#### [What needs to be done]
Within the data that follows, set down exactly the lines from the one containing "#53=CARTESIAN_POINT('',(0.,9.525,0.));" through the one containing "#62=CIRCLE('',#54,3.98145);", both ends included.

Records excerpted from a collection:
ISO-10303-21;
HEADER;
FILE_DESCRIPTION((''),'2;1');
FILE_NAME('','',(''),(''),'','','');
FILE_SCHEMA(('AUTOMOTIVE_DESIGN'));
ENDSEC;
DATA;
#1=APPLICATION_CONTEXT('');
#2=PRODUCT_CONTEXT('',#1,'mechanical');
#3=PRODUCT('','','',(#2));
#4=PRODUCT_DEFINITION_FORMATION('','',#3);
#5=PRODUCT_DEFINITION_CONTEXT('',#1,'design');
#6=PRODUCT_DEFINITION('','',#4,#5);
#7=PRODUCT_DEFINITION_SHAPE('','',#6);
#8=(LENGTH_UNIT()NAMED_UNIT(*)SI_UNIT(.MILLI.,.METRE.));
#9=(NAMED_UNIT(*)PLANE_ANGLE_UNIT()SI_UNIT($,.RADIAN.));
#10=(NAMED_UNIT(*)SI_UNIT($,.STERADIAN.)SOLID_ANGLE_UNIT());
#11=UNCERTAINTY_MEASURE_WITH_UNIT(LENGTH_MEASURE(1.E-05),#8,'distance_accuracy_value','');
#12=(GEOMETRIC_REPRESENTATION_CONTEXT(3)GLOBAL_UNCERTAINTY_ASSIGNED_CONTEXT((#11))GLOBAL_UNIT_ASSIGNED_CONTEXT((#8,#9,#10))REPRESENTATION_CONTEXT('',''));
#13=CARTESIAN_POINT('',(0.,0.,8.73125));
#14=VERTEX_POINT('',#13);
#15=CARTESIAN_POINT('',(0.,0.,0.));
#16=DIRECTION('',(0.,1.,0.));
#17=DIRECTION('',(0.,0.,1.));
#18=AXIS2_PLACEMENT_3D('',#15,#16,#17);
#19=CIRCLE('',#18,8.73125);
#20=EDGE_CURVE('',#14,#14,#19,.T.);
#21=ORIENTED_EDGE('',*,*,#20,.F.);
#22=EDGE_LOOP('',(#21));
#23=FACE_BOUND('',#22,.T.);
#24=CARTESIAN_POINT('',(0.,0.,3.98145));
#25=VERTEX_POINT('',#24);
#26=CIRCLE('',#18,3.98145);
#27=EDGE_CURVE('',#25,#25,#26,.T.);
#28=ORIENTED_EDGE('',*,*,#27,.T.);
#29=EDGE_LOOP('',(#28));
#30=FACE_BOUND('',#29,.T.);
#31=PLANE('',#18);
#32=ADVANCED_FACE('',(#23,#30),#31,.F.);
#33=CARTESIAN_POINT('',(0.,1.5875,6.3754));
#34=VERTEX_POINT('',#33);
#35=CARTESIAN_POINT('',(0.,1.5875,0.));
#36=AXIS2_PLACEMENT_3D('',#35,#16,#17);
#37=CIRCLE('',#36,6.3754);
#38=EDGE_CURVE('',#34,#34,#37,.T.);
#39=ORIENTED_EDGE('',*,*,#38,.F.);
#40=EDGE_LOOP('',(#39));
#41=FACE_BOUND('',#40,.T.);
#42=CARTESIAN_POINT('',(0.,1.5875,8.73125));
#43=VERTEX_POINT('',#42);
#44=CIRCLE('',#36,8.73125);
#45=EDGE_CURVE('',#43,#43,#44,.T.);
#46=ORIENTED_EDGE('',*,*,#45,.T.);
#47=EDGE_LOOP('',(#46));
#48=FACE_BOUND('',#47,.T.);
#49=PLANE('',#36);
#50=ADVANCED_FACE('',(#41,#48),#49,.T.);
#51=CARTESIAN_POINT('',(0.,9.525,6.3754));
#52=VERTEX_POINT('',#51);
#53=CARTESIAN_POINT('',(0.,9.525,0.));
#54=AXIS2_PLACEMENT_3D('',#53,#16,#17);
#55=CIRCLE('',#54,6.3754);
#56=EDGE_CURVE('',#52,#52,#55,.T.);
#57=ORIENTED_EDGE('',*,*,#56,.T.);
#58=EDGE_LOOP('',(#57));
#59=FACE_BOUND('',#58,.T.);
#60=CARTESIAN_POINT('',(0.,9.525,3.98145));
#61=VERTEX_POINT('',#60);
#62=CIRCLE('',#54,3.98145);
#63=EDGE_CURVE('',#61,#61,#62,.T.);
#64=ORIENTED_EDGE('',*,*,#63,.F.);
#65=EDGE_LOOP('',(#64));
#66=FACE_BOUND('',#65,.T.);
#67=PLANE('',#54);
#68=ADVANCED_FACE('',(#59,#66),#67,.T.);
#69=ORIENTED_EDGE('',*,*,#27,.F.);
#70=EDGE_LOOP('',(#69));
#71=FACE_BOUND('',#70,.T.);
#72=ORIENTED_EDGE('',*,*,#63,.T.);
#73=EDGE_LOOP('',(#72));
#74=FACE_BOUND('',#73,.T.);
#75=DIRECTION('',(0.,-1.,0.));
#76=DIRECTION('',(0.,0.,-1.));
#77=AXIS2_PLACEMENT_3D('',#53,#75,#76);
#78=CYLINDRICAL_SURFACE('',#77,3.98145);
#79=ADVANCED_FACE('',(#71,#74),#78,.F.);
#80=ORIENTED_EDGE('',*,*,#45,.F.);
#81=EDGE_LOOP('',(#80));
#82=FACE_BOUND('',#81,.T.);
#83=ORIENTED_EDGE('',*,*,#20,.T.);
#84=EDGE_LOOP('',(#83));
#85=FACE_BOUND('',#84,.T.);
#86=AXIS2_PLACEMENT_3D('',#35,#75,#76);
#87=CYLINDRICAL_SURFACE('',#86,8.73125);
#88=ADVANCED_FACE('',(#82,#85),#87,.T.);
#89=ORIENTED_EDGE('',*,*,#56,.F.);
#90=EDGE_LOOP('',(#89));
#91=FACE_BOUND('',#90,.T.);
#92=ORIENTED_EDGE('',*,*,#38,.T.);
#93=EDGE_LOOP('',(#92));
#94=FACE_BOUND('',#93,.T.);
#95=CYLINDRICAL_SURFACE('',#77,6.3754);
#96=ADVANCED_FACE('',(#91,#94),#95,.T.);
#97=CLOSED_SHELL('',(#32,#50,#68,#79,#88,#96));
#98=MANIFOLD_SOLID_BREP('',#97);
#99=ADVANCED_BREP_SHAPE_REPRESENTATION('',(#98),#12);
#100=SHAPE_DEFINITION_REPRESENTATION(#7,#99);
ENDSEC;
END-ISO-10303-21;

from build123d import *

# Parameters (mm, degrees)
SKETCH2_R           = 6.3754
SKETCH2_R_2         = 3.98145
BOSS_EXTRUDE1_DEPTH = 9.525
SKETCH3_R           = 8.73125
SKETCH3_R_2         = 6.3754
BOSS_EXTRUDE2_DEPTH = 1.5875


with BuildPart() as part:
    # Sketch2 → Boss-Extrude1 (new body)
    with BuildSketch(Plane(origin=(0, 0, 0), x_dir=(1, 0, 0), z_dir=(0, 1, 0))):
        Circle(SKETCH2_R)
        Circle(SKETCH2_R_2, mode=Mode.SUBTRACT)
    extrude(amount=BOSS_EXTRUDE1_DEPTH)

    # Sketch3 → Boss-Extrude2 (add)
    with BuildSketch(Plane(origin=(0, 0, 0), x_dir=(1, 0, 0), z_dir=(0, 1, 0))):
        Circle(SKETCH3_R)
        Circle(SKETCH3_R_2, mode=Mode.SUBTRACT)
    extrude(amount=BOSS_EXTRUDE2_DEPTH)


solid = part.part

#### [Solved exercise]
#53=CARTESIAN_POINT('',(0.,9.525,0.));
#54=AXIS2_PLACEMENT_3D('',#53,#16,#17);
#55=CIRCLE('',#54,6.3754);
#56=EDGE_CURVE('',#52,#52,#55,.T.);
#57=ORIENTED_EDGE('',*,*,#56,.T.);
#58=EDGE_LOOP('',(#57));
#59=FACE_BOUND('',#58,.T.);
#60=CARTESIAN_POINT('',(0.,9.525,3.98145));
#61=VERTEX_POINT('',#60);
#62=CIRCLE('',#54,3.98145);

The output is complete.